I lost my wallet last Monday, the 17th.
More precisely, it was stolen from my person as I went to temple in the morning, it being the first day of the new year according to the Malayalam calendar.
It had nearly half my month's pay, driving license, identification card at the hospital, and my two ATM cards.
It hurt.
It hurt that I had lost the money, that I'd now have to go through the laborious process of getting another set of documents issued as well as preventing misuse of the original.
But what hurt most was the dent in self-image. The realization that some common crook could pinch it off me and I didn't even know it: That the apparently efficient and competent professional could be outwitted so completely by a professional of another kind. That hurt.
There was not much to do, retrieving a wallet lost in a sea of perhaps a thousand being what the old adage 'needle in a haystack' is exactly about.

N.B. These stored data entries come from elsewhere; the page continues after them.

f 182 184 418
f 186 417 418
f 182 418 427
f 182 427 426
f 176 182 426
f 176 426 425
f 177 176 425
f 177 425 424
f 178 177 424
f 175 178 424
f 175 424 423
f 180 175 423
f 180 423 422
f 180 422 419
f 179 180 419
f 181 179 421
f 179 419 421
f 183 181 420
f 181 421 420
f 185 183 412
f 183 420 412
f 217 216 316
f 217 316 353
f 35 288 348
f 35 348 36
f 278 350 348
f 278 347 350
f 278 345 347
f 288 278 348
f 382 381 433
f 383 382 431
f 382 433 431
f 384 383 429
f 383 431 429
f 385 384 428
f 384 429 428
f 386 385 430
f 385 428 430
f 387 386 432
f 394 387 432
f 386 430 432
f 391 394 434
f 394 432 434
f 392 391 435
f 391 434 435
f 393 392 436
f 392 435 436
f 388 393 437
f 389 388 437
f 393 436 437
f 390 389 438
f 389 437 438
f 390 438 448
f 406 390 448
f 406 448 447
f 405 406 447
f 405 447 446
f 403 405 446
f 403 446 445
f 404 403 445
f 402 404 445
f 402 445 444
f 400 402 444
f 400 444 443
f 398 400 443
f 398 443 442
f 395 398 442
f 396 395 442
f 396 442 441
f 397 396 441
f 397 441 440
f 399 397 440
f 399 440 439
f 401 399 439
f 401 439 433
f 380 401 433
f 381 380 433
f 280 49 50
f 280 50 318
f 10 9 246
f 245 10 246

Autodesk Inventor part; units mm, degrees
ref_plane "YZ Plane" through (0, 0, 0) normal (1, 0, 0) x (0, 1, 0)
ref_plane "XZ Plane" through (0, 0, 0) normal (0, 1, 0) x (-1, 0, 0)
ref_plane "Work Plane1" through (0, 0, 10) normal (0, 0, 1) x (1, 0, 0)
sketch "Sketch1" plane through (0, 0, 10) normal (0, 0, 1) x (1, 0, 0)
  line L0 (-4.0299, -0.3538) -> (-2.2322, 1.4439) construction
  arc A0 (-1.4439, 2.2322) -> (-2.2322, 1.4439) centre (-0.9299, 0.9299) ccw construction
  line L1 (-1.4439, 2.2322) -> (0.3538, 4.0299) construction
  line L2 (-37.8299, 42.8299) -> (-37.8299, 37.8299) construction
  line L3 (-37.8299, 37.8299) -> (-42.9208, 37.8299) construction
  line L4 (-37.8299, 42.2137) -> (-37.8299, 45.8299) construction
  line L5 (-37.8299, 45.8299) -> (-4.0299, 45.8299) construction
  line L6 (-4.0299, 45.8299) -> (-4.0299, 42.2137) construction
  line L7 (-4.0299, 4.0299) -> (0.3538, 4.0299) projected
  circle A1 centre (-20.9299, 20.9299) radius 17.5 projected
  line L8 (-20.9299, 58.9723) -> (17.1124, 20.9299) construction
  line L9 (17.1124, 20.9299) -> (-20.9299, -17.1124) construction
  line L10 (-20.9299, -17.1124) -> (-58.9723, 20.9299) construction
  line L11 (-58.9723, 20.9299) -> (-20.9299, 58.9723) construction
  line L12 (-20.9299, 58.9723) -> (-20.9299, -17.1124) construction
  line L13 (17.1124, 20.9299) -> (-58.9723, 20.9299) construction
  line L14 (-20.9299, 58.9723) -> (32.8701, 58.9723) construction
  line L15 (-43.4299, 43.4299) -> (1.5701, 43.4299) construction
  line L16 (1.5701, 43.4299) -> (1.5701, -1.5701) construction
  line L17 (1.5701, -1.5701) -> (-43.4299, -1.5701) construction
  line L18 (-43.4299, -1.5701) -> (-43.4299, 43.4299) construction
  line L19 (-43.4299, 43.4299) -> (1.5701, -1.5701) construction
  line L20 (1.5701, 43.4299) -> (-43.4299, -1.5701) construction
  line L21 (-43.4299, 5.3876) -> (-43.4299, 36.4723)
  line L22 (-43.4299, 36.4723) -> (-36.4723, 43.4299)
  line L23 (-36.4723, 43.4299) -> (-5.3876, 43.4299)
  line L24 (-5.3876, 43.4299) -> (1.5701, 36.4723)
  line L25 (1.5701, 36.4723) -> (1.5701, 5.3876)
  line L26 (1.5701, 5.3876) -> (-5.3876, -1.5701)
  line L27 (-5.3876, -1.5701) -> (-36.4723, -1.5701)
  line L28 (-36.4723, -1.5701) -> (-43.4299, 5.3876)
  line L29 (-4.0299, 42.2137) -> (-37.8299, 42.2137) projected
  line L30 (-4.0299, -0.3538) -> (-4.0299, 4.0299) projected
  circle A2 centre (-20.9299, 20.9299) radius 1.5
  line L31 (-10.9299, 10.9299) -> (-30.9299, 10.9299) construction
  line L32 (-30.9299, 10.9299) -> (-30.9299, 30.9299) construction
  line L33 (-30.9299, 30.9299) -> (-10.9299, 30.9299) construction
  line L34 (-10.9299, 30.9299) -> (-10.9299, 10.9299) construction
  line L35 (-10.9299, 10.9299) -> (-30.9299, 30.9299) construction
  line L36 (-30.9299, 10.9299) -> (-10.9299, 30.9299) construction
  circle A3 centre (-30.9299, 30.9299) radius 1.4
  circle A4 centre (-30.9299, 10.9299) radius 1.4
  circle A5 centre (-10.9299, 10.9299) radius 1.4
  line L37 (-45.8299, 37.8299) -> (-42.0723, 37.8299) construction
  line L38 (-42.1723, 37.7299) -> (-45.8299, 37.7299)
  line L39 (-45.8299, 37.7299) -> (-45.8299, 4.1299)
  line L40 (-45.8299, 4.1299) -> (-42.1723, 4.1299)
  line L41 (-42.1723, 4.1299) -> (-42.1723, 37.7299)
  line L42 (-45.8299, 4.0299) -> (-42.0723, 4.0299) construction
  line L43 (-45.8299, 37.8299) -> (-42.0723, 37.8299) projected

'Hope' is a strong feeling. Sometimes, it is all that stands between man and madness. In such hope, for gaining a degree of apparent control over the situation if nothing else, for retrieving a bit of that lost self-esteem, we tend to do something – anything – that might be useful; often, in the face of overwhelming odds and reason that tells us otherwise.
So I go to the police station, report the theft, get a receipt for the same that says my driving license is stolen, and then – wait.
I need not have bothered.
But something did happen. Life went on. It was not as much of a catastrophe as I'd thought at first that it would turn out to be. It hurt still, the actual loss as well as the feeling of being outwitted, but fortunately – and this is important - there was no pressing engagement that I needed the money for.
There was a sense of Deja Vu, though. There have been other occasions too in my life, when something that I thought would hurt deeply, turned out to be not that bad to have happened, after all. It was the fearful anticipation that was harder to bear than the actual event when it happened.
The converse has been true too. Something one anticipates to be infinitely pleasing, turning out to be just one more good thing to have happened. Here I would remember how getting into Medical College turned out to be a mixed bag.
Then there were the times, those things that happened, that brought so much happiness that one could never have thought possible beforehand. Case in point my buying an old, second-hand Royal Enfield motorcycle that leaked oil from everywhere. Life has never been the same after that.
And finally, some things in life, you never know how much pain and hurt they will cause, until the day when finally lost. Ask anyone who's been in love and lost it.
So, it turns out there really is no telling how much something would please or hurt until we actually get there. Turns out it may not be a very good idea to plan your entire life ahead of you, for who knows how we might happen to not really like what we had planned for ourselves, or conversely, how we might actually like something we didn't quite bank upon.
I guess there is some merit to living under the stars after all.